A PHASE 1 FIRST-IN-HUMAN STUDY OF THE MCL-1 INHIBITOR AZD5991 IN PATIENTS WITH RELAPSED/REFRACTORY HEMATOLOGIC MALIGNANCIES

Clin Cancer Res. 2024 Aug 21. doi: 10.1158/1078-0432.CCR-24-0028. Online ahead of print.

Abstract

Background: AZD5991, a human MCL-1 inhibitor, was assessed for safety, tolerability, pharmacokinetics (PK), and antitumor activity as monotherapy and in combination with venetoclax in patients with relapsed or refractory (R/R) hematologic malignancies.

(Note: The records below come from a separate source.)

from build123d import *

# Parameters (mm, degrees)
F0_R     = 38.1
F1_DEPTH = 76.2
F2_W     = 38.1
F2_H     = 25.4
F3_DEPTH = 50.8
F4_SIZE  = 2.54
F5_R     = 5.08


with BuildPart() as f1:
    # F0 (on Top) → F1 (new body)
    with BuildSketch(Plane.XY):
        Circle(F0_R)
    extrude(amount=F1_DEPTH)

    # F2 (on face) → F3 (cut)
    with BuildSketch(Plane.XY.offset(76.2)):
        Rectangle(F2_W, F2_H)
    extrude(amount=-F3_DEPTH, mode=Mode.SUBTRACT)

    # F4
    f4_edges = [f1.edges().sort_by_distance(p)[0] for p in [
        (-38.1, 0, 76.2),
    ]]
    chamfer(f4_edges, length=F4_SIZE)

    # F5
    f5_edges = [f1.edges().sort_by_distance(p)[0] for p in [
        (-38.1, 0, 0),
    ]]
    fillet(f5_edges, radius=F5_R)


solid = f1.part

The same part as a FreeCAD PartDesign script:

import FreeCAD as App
import Part
import Sketcher

V = App.Vector
Q = App.Units.Quantity


def edges_at(feature, points):
    """Names of the edges that pass closest to the given points."""
    edges = feature.Shape.Edges
    near = lambda p: min(range(len(edges)), key=lambda i: edges[i].distToShape(Part.Vertex(*p))[0])
    return sorted({f"Edge{near(p) + 1}" for p in points})


def add_polygon(sketch, points):
    """Adds a closed chain of lines whose ends are joined by coincident constraints."""
    first, n = sketch.GeometryCount, len(points)
    for a, b in zip(points, points[1:] + points[:1]):
        sketch.addGeometry(Part.LineSegment(App.Vector(*a, 0), App.Vector(*b, 0)), False)
    for i in range(n):
        sketch.addConstraint(Sketcher.Constraint("Coincident", first + i, 2, first + (i + 1) % n, 1))

doc = App.newDocument("Part")
body = doc.addObject("PartDesign::Body", "Body")

# Sketch on XY plane
sketch1 = doc.addObject("Sketcher::SketchObject", "Sketch")
body.addObject(sketch1)
sketch1.AttachmentSupport = (doc.XY_Plane, [""])
sketch1.MapMode = "FlatFace"
sketch1.addGeometry(Part.Circle(V(0, 0, 0), V(0, 0, 1), 38), False)
sketch1.addConstraint([
    Sketcher.Constraint("Coincident", 0, 3, -1, 1),
    Sketcher.Constraint("Diameter", 0, Q("3 in")),
])
pad1 = doc.addObject("PartDesign::Pad", "Pad")
body.addObject(pad1)
pad1.Profile = sketch1
pad1.Length = Q("3 in")

# Sketch on XY plane
sketch2 = doc.addObject("Sketcher::SketchObject", "Sketch001")
body.addObject(sketch2)
sketch2.AttachmentSupport = (doc.XY_Plane, [""])
sketch2.MapMode = "FlatFace"
sketch2.AttachmentOffset = App.Placement(V(0, 0, 3 * 25.4), App.Rotation())
add_polygon(sketch2, [(-19, 13), (-19, -13), (19, -13), (19, 13)])  # lines 0-3
sketch2.addConstraint([
    Sketcher.Constraint("Vertical", 0),
    Sketcher.Constraint("Horizontal", 1),
    Sketcher.Constraint("Vertical", 2),
    Sketcher.Constraint("Horizontal", 3),
    Sketcher.Constraint("Symmetric", 0, 2, 2, 2, -1, 1),
    Sketcher.Constraint("DistanceY", 0, 2, 0, 1, Q("1 in")),
    Sketcher.Constraint("DistanceX", 1, 1, 1, 2, Q("1.5 in")),
])
pocket1 = doc.addObject("PartDesign::Pocket", "Pocket")
body.addObject(pocket1)
pocket1.Profile = sketch2
pocket1.Length = Q("2 in")
doc.recompute()

chamfer = doc.addObject("PartDesign::Chamfer", "Chamfer")
body.addObject(chamfer)
chamfer.Base = (pocket1, edges_at(pocket1, [(-38.1, 0, 76.2)]))
chamfer.Size = Q("0.1 in")
doc.recompute()

fillet = doc.addObject("PartDesign::Fillet", "Fillet")
body.addObject(fillet)
fillet.Base = (chamfer, edges_at(chamfer, [(-38.1, 0, 0)]))
fillet.Radius = Q("0.2 in")

doc.recompute()
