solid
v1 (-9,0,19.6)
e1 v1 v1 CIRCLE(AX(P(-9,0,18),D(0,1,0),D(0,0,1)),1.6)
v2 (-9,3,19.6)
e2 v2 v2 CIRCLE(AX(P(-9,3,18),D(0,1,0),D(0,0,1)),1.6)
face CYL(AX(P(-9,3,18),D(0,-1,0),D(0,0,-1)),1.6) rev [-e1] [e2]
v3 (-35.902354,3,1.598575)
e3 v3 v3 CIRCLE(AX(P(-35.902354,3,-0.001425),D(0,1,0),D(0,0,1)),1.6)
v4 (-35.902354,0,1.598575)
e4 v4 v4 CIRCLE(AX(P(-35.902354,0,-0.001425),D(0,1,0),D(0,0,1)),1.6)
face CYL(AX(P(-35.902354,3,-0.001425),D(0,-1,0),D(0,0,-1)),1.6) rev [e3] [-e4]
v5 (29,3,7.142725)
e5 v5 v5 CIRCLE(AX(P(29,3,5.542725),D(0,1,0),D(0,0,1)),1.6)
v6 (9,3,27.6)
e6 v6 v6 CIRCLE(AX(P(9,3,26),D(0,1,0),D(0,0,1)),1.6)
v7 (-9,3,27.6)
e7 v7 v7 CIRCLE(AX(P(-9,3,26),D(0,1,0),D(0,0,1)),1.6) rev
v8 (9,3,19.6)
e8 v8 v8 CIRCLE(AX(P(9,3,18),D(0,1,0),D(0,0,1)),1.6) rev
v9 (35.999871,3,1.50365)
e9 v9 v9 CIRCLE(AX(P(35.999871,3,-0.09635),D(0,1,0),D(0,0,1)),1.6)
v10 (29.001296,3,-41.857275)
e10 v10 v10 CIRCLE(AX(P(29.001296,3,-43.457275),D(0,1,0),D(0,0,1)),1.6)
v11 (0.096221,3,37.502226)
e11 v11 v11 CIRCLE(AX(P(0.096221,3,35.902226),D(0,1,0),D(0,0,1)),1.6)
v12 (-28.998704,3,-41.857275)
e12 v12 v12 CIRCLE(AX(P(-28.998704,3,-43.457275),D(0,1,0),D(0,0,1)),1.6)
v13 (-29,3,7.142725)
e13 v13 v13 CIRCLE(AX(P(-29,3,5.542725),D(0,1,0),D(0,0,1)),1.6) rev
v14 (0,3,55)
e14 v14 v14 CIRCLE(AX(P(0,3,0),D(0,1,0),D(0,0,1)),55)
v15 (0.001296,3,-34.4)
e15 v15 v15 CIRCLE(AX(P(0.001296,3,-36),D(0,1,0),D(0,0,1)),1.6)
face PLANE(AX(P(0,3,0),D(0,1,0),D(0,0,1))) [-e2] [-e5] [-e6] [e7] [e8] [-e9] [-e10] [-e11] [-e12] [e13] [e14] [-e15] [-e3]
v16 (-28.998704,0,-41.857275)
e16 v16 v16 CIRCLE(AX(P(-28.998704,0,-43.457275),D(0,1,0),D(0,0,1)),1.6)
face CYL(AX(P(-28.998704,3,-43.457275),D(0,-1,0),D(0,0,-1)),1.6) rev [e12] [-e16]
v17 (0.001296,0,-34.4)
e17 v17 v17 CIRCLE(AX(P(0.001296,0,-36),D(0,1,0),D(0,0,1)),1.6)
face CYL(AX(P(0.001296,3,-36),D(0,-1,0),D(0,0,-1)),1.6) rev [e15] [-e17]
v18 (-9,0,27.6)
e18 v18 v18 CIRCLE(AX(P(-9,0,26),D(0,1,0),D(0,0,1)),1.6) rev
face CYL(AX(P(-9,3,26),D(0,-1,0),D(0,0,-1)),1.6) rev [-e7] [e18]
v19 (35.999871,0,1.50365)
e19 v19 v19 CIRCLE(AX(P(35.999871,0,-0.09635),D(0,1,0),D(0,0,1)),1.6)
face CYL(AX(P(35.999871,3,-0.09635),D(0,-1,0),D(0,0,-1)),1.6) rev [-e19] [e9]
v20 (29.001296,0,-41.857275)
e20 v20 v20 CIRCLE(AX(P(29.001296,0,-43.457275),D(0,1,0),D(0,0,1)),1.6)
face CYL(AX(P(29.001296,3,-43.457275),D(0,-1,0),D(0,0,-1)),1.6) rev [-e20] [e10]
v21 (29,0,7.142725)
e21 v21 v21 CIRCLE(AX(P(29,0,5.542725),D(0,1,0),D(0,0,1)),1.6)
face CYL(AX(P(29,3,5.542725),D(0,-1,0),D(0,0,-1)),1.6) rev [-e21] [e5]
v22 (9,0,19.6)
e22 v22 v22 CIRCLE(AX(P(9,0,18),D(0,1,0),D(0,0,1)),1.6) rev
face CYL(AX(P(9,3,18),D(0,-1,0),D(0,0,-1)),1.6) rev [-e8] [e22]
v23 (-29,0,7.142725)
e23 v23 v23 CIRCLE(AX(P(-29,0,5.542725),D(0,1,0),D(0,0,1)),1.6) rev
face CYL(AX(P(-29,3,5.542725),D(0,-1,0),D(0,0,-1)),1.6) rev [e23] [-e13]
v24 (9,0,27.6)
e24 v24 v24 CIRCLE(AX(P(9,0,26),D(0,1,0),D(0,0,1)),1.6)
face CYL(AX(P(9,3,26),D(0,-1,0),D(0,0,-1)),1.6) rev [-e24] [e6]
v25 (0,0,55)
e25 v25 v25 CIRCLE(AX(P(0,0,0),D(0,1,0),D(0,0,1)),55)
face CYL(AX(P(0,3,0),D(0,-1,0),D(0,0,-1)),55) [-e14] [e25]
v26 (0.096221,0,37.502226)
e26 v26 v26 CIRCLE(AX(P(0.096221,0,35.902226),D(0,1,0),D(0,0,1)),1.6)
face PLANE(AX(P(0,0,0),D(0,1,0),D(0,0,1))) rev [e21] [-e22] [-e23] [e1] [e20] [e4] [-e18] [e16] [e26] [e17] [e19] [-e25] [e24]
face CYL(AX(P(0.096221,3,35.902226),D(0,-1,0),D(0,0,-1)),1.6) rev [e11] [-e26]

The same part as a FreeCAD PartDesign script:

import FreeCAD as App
import Part
import Sketcher

doc = App.newDocument("Part")
body = doc.addObject("PartDesign::Body", "Body")

# Sketch on XZ plane
sketch1 = doc.addObject("Sketcher::SketchObject", "Sketch")
body.addObject(sketch1)
sketch1.AttachmentSupport = (doc.XZ_Plane, [""])
sketch1.MapMode = "FlatFace"
sketch1.addGeometry(Part.Circle(App.Vector(0, 0, 0), App.Vector(0, 0, 1), 55), False)
sketch1.addGeometry(Part.Circle(App.Vector(-29, -43.5, 0), App.Vector(0, 0, 1), 1.6), False)
sketch1.addGeometry(Part.Circle(App.Vector(0, -36, 0), App.Vector(0, 0, 1), 1.6), False)
sketch1.addGeometry(Part.Circle(App.Vector(-35.9, 0, 0), App.Vector(0, 0, 1), 1.6), False)
sketch1.addGeometry(Part.Circle(App.Vector(-29, 5.5, 0), App.Vector(0, 0, 1), 1.6), False)
sketch1.addGeometry(Part.Circle(App.Vector(-9, 18, 0), App.Vector(0, 0, 1), 1.6), False)
sketch1.addGeometry(Part.Circle(App.Vector(-9, 26, 0), App.Vector(0, 0, 1), 1.6), False)
sketch1.addGeometry(Part.Circle(App.Vector(29, -43.5, 0), App.Vector(0, 0, 1), 1.6), False)
sketch1.addGeometry(Part.Circle(App.Vector(9, 18, 0), App.Vector(0, 0, 1), 1.6), False)
sketch1.addGeometry(Part.Circle(App.Vector(9, 26, 0), App.Vector(0, 0, 1), 1.6), False)
sketch1.addGeometry(Part.Circle(App.Vector(0.1, 35.9, 0), App.Vector(0, 0, 1), 1.6), False)
sketch1.addGeometry(Part.Circle(App.Vector(29, 5.5, 0), App.Vector(0, 0, 1), 1.6), False)
sketch1.addGeometry(Part.Circle(App.Vector(36, -0.1, 0), App.Vector(0, 0, 1), 1.6), False)
sketch1.addConstraint(Sketcher.Constraint("Coincident", 0, 3, -1, 1))
sketch1.addConstraint(Sketcher.Constraint("Equal", 1, 2))
sketch1.addConstraint(Sketcher.Constraint("Equal", 2, 3))
sketch1.addConstraint(Sketcher.Constraint("Equal", 3, 4))
sketch1.addConstraint(Sketcher.Constraint("Equal", 4, 5))
sketch1.addConstraint(Sketcher.Constraint("Equal", 5, 6))
sketch1.addConstraint(Sketcher.Constraint("Equal", 6, 7))
sketch1.addConstraint(Sketcher.Constraint("Equal", 7, 8))
sketch1.addConstraint(Sketcher.Constraint("Equal", 8, 9))
sketch1.addConstraint(Sketcher.Constraint("Equal", 9, 10))
sketch1.addConstraint(Sketcher.Constraint("Equal", 10, 11))
sketch1.addConstraint(Sketcher.Constraint("Equal", 11, 12))
sketch1.addConstraint(Sketcher.Constraint("Symmetric", 5, 3, 8, 3, -2))
sketch1.addConstraint(Sketcher.Constraint("Symmetric", 6, 3, 9, 3, -2))
sketch1.addConstraint(Sketcher.Constraint("Symmetric", 4, 3, 11, 3, -2))
sketch1.addConstraint(Sketcher.Constraint("Horizontal", 1, 3, 7, 3))
sketch1.addConstraint(Sketcher.Constraint("Vertical", 5, 3, 6, 3))
sketch1.addConstraint(Sketcher.Constraint("Diameter", 0, 110.0))
sketch1.addConstraint(Sketcher.Constraint("Diameter", 1, 3.2))
sketch1.addConstraint(Sketcher.Constraint("DistanceY", 2, 3, -1, 1, 36.0))
sketch1.addConstraint(Sketcher.Constraint("DistanceX", 4, 3, -1, 1, 29.0))
sketch1.addConstraint(Sketcher.Constraint("DistanceX", 5, 3, -1, 1, 9.0))
sketch1.addConstraint(Sketcher.Constraint("DistanceY", -1, 1, 5, 3, 18.0))
sketch1.addConstraint(Sketcher.Constraint("DistanceY", -1, 1, 6, 3, 26.0))
sketch1.addConstraint(Sketcher.Constraint("DistanceX", 1, 3, 2, 3, 29.0))
sketch1.addConstraint(Sketcher.Constraint("DistanceY", 1, 3, 4, 3, 49.0))
sketch1.addConstraint(Sketcher.Constraint("DistanceX", 2, 3, 7, 3, 29.0))
sketch1.addConstraint(Sketcher.Constraint("DistanceY", 11, 3, 10, 3, 30.359501))
sketch1.addConstraint(Sketcher.Constraint("DistanceX", -1, 1, 10, 3, 0.096221))
sketch1.addConstraint(Sketcher.Constraint("DistanceX", -1, 1, 12, 3, 35.999871))
sketch1.addConstraint(Sketcher.Constraint("DistanceY", 12, 3, -1, 1, 0.09635))
sketch1.addConstraint(Sketcher.Constraint("DistanceX", 3, 3, 1, 3, 6.90365))
sketch1.addConstraint(Sketcher.Constraint("DistanceY", 1, 3, 3, 3, 43.455851))
sketch1.addConstraint(Sketcher.Constraint("DistanceX", 1, 3, -1, 1, 28.998704))
sketch1.addConstraint(Sketcher.Constraint("DistanceY", 1, 3, -1, 1, 43.457275))
pad1 = doc.addObject("PartDesign::Pad", "Pad")
body.addObject(pad1)
pad1.Profile = sketch1
pad1.Length = 3
pad1.Reversed = True

doc.recompute()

Methods: In the monotherapy cohort (n=61), patients with hematologic malignancies received AZD5991 intravenously in escalating doses either once or twice weekly, following intrapatient dose escalation, on a 3-week cycle. In the combination cohort (n=17), patients with acute myeloid leukemia (AML) and myelodysplastic syndrome (MDS) received escalating doses of AZD5991 and venetoclax on either a 3-week or 4-week cycle. Primary objectives were safety and maximum tolerated dose; secondary objectives included plasma PK and antitumor activity.

Results: The most common (≥30%) adverse events (AEs) were diarrhea (59.0%), nausea (55.1%), and vomiting (47.4%). Four deaths occurred due to AEs: cardiac arrest, sepsis, tumor lysis syndrome (TLS), and acute respiratory failure; only TLS was related to AZD5991. Dose-limiting toxicities occurred in 5 patients. Three patients with MDS achieved an objective response: 1 marrow complete remission (mCR) without hematologic improvement, 1 partial remission with AZD5991 monotherapy, and 1 mCR with AZD5991+venetoclax. Asymptomatic elevations of troponin I or T were observed in 8 (10.3%) patients. Post hoc retrospective analysis revealed elevated troponin T in 14/31 patients before any AZD5991 dose and in 54/65 patients after any AZD5991 dose at or after cycle 1. There were no associations between elevated troponin and cardiovascular risk factors.

Conclusions: Treatment with AZD5991 was associated with high incidence of laboratory troponin elevation and a low overall response rate.